__WORK INSTRUCTION__. Print verbatim the opening line of the material and every subsequent line through the one containing "e14 v10 v13 LINE".

__DATA__.
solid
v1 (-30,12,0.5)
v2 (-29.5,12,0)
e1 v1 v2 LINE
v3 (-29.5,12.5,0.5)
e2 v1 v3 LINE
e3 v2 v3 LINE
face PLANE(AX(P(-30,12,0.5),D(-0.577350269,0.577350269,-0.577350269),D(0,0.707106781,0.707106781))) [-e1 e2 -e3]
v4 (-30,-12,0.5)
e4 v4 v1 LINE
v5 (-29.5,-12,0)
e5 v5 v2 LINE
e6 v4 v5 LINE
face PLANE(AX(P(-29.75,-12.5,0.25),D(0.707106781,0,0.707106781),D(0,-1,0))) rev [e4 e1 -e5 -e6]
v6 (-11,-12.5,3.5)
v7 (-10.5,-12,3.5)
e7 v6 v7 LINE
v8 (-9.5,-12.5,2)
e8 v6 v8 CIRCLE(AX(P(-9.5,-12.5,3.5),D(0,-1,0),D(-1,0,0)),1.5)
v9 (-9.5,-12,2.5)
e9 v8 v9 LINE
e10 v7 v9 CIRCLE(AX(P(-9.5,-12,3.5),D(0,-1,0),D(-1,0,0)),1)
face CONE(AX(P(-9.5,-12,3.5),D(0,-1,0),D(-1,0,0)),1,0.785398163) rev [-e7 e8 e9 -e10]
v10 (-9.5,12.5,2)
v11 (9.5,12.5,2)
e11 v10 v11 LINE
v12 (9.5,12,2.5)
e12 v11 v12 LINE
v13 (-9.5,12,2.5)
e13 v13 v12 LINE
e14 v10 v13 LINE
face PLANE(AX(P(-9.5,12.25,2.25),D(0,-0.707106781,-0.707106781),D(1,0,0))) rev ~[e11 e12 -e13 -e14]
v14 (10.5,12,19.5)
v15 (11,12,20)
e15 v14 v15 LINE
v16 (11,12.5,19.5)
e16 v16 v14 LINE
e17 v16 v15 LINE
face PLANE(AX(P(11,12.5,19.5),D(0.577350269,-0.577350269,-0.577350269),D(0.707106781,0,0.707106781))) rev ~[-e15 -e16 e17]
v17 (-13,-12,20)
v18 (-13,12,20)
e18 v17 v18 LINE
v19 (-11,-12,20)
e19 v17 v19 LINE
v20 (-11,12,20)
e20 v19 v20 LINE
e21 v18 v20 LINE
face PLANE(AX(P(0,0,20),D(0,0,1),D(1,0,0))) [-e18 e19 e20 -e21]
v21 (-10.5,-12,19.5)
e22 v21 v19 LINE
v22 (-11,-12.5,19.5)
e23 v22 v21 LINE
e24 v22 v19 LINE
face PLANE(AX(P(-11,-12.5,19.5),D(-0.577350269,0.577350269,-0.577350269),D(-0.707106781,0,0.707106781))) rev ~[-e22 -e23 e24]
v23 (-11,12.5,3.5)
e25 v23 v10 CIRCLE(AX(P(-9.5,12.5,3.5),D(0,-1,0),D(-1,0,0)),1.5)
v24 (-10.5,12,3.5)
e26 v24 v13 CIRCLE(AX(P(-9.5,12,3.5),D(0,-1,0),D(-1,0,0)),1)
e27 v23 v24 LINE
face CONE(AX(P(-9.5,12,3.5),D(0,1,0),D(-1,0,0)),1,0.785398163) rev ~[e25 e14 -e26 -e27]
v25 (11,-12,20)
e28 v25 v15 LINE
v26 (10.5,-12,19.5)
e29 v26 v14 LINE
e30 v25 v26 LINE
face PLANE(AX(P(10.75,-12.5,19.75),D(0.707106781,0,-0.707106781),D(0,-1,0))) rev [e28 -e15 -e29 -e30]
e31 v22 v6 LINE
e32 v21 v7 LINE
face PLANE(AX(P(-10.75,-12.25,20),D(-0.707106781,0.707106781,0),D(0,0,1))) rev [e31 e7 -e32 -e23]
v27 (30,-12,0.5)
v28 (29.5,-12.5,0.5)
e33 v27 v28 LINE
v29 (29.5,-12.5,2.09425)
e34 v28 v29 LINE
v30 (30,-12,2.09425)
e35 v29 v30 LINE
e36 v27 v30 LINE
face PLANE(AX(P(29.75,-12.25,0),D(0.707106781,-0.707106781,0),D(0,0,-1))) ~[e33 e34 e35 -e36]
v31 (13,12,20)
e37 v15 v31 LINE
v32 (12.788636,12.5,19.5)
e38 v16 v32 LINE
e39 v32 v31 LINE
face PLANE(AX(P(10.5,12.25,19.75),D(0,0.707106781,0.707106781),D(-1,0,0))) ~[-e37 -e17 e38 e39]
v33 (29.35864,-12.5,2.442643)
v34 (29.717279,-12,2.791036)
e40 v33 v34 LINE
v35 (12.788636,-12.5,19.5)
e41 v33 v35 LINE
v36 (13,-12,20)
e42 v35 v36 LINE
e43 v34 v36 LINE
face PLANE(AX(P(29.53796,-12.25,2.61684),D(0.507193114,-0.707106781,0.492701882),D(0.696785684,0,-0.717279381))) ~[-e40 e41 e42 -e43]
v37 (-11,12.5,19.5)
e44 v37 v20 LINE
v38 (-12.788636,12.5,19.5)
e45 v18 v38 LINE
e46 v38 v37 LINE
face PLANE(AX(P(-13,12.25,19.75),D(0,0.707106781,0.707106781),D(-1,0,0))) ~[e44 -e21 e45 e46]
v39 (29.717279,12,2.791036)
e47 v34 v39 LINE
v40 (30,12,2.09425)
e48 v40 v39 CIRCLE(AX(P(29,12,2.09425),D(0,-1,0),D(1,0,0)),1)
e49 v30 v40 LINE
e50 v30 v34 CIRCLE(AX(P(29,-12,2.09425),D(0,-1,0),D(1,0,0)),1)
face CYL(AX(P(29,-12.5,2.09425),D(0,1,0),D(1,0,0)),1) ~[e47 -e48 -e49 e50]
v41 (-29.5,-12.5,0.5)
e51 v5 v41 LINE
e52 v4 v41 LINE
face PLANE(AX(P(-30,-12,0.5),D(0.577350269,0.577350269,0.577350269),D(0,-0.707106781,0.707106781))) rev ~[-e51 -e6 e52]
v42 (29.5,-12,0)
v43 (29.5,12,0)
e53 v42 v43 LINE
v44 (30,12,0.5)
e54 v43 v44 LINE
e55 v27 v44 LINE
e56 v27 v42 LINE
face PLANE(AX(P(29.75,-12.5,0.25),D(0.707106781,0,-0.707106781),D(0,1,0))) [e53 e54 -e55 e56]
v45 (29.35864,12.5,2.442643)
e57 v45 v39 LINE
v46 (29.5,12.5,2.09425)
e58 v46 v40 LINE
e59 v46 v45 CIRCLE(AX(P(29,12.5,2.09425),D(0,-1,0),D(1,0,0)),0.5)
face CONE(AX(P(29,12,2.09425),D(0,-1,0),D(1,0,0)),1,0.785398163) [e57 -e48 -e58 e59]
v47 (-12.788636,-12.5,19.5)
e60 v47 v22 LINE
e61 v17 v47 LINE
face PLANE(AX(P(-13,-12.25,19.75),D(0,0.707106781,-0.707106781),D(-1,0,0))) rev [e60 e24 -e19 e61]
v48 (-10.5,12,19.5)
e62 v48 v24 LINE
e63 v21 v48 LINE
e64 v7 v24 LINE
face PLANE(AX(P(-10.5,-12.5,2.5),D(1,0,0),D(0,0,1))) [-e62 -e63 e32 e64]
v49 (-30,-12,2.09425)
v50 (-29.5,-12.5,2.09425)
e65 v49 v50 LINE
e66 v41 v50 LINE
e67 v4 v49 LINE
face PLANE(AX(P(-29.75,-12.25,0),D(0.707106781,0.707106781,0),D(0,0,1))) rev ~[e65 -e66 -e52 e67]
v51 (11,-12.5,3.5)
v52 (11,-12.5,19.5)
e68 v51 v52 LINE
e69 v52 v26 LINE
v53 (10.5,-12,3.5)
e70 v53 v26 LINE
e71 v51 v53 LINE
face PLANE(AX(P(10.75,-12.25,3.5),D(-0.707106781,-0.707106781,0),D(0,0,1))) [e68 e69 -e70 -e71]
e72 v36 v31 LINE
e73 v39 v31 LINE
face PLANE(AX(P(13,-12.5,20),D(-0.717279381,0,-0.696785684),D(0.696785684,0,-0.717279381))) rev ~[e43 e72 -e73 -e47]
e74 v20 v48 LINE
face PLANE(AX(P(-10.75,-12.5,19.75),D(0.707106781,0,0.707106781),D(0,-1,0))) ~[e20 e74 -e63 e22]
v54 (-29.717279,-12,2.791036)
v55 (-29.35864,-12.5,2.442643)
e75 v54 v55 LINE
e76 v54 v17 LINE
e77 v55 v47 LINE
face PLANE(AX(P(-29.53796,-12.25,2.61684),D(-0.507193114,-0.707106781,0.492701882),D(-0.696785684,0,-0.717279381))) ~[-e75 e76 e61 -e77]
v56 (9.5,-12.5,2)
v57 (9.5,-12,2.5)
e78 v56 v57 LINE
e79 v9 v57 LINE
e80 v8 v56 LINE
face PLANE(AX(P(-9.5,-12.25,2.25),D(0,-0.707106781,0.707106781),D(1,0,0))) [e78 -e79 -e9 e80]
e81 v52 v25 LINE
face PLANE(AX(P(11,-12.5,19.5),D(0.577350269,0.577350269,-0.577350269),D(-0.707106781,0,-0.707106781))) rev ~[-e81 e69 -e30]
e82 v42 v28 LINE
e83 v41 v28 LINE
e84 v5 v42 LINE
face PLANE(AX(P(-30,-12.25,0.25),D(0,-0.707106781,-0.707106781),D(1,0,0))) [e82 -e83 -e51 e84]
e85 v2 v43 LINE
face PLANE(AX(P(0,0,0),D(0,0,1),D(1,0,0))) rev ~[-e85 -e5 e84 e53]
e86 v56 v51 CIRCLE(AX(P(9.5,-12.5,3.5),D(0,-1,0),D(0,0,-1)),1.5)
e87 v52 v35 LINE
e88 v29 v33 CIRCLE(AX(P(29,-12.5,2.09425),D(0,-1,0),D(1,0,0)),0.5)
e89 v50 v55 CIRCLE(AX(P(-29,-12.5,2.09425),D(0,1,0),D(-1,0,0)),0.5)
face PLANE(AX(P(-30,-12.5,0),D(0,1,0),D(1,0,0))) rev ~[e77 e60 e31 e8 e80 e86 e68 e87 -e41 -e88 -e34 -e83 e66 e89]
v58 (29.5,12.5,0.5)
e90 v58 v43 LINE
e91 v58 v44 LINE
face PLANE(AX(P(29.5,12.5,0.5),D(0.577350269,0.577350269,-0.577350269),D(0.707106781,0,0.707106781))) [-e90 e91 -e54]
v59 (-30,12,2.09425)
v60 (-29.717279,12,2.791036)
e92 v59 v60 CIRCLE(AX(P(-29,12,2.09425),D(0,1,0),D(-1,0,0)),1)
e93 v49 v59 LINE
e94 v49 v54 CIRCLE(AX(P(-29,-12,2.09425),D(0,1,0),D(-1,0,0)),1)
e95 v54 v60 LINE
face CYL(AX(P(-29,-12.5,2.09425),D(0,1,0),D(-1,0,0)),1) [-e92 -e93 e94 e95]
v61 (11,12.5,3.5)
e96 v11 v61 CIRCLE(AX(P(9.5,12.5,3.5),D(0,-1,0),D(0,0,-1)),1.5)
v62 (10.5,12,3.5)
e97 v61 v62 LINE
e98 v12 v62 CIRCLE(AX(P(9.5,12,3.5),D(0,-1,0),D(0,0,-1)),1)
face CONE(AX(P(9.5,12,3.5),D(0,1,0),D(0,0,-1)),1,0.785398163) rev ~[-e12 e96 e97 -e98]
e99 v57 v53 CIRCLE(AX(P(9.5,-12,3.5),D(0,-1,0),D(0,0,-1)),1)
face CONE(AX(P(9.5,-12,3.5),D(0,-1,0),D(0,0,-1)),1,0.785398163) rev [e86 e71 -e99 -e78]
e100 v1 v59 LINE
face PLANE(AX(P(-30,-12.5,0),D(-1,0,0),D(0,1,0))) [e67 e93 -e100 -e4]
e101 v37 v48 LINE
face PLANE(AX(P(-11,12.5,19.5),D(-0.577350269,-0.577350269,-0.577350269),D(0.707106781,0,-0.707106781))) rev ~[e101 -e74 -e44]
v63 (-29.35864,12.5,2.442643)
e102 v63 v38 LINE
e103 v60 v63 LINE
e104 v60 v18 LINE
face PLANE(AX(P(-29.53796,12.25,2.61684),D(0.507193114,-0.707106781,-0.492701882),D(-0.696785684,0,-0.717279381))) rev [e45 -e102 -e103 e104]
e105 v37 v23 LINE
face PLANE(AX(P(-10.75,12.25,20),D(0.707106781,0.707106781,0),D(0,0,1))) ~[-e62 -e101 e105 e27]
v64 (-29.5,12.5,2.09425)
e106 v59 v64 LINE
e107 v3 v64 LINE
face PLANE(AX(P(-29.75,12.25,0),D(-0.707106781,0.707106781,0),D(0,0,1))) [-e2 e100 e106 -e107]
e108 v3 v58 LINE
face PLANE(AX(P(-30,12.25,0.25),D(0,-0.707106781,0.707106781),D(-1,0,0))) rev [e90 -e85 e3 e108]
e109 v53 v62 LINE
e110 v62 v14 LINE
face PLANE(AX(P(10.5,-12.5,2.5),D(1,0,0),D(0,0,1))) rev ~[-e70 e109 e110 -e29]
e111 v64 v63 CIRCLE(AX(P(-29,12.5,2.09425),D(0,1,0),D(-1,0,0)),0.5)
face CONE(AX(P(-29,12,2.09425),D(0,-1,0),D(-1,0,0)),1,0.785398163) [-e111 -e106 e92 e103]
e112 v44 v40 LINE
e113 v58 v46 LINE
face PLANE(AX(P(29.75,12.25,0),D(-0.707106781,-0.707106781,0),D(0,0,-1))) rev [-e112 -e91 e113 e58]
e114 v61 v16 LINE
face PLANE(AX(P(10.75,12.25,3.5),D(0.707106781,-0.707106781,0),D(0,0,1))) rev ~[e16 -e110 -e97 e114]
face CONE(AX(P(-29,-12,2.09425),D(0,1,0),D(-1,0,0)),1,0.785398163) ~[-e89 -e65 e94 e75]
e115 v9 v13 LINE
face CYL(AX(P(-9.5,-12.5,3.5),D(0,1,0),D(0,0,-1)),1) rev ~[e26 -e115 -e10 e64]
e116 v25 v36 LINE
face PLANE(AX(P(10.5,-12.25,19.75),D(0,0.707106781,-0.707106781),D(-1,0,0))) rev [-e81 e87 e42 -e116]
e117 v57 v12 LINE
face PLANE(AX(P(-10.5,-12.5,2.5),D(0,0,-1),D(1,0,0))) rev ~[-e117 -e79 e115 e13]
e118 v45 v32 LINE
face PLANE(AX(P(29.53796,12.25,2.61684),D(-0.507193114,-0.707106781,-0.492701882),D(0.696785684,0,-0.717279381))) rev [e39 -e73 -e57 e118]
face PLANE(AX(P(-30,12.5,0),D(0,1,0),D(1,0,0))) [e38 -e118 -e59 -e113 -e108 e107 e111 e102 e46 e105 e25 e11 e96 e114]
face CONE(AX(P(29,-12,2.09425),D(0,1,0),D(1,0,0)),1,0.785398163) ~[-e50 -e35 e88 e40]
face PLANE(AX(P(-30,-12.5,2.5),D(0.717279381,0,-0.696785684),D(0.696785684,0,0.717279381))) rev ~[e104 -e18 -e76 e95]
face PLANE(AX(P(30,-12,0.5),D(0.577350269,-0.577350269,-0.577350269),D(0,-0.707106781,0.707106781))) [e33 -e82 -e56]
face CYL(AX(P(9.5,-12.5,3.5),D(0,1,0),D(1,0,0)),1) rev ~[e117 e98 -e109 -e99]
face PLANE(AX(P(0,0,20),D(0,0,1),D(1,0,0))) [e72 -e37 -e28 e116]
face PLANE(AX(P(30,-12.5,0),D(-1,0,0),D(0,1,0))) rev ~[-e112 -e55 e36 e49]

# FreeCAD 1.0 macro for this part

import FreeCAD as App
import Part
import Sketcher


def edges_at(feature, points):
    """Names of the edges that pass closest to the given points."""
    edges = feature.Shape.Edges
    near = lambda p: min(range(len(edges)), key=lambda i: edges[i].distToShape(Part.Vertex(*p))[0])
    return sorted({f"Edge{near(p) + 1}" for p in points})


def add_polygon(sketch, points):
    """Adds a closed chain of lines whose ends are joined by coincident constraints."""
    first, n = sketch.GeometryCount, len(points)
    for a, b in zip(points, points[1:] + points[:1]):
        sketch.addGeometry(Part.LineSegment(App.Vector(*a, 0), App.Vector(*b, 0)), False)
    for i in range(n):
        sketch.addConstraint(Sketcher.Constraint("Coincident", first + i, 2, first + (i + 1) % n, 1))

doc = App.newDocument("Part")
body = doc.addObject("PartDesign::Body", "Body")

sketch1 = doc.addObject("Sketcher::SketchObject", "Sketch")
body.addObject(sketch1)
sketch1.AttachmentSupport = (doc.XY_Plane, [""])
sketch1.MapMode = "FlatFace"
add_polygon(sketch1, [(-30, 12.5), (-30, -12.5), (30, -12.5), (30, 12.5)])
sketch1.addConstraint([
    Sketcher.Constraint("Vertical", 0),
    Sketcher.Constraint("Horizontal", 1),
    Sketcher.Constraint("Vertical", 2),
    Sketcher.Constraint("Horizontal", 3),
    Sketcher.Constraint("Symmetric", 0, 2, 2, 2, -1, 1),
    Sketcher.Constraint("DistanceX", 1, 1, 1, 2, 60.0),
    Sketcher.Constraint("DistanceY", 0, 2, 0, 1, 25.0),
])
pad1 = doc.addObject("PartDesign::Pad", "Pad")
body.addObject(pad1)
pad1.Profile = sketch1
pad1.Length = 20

__TASK OUTPUT__.
solid
v1 (-30,12,0.5)
v2 (-29.5,12,0)
e1 v1 v2 LINE
v3 (-29.5,12.5,0.5)
e2 v1 v3 LINE
e3 v2 v3 LINE
face PLANE(AX(P(-30,12,0.5),D(-0.577350269,0.577350269,-0.577350269),D(0,0.707106781,0.707106781))) [-e1 e2 -e3]
v4 (-30,-12,0.5)
e4 v4 v1 LINE
v5 (-29.5,-12,0)
e5 v5 v2 LINE
e6 v4 v5 LINE
face PLANE(AX(P(-29.75,-12.5,0.25),D(0.707106781,0,0.707106781),D(0,-1,0))) rev [e4 e1 -e5 -e6]
v6 (-11,-12.5,3.5)
v7 (-10.5,-12,3.5)
e7 v6 v7 LINE
v8 (-9.5,-12.5,2)
e8 v6 v8 CIRCLE(AX(P(-9.5,-12.5,3.5),D(0,-1,0),D(-1,0,0)),1.5)
v9 (-9.5,-12,2.5)
e9 v8 v9 LINE
e10 v7 v9 CIRCLE(AX(P(-9.5,-12,3.5),D(0,-1,0),D(-1,0,0)),1)
face CONE(AX(P(-9.5,-12,3.5),D(0,-1,0),D(-1,0,0)),1,0.785398163) rev [-e7 e8 e9 -e10]
v10 (-9.5,12.5,2)
v11 (9.5,12.5,2)
e11 v10 v11 LINE
v12 (9.5,12,2.5)
e12 v11 v12 LINE
v13 (-9.5,12,2.5)
e13 v13 v12 LINE
e14 v10 v13 LINE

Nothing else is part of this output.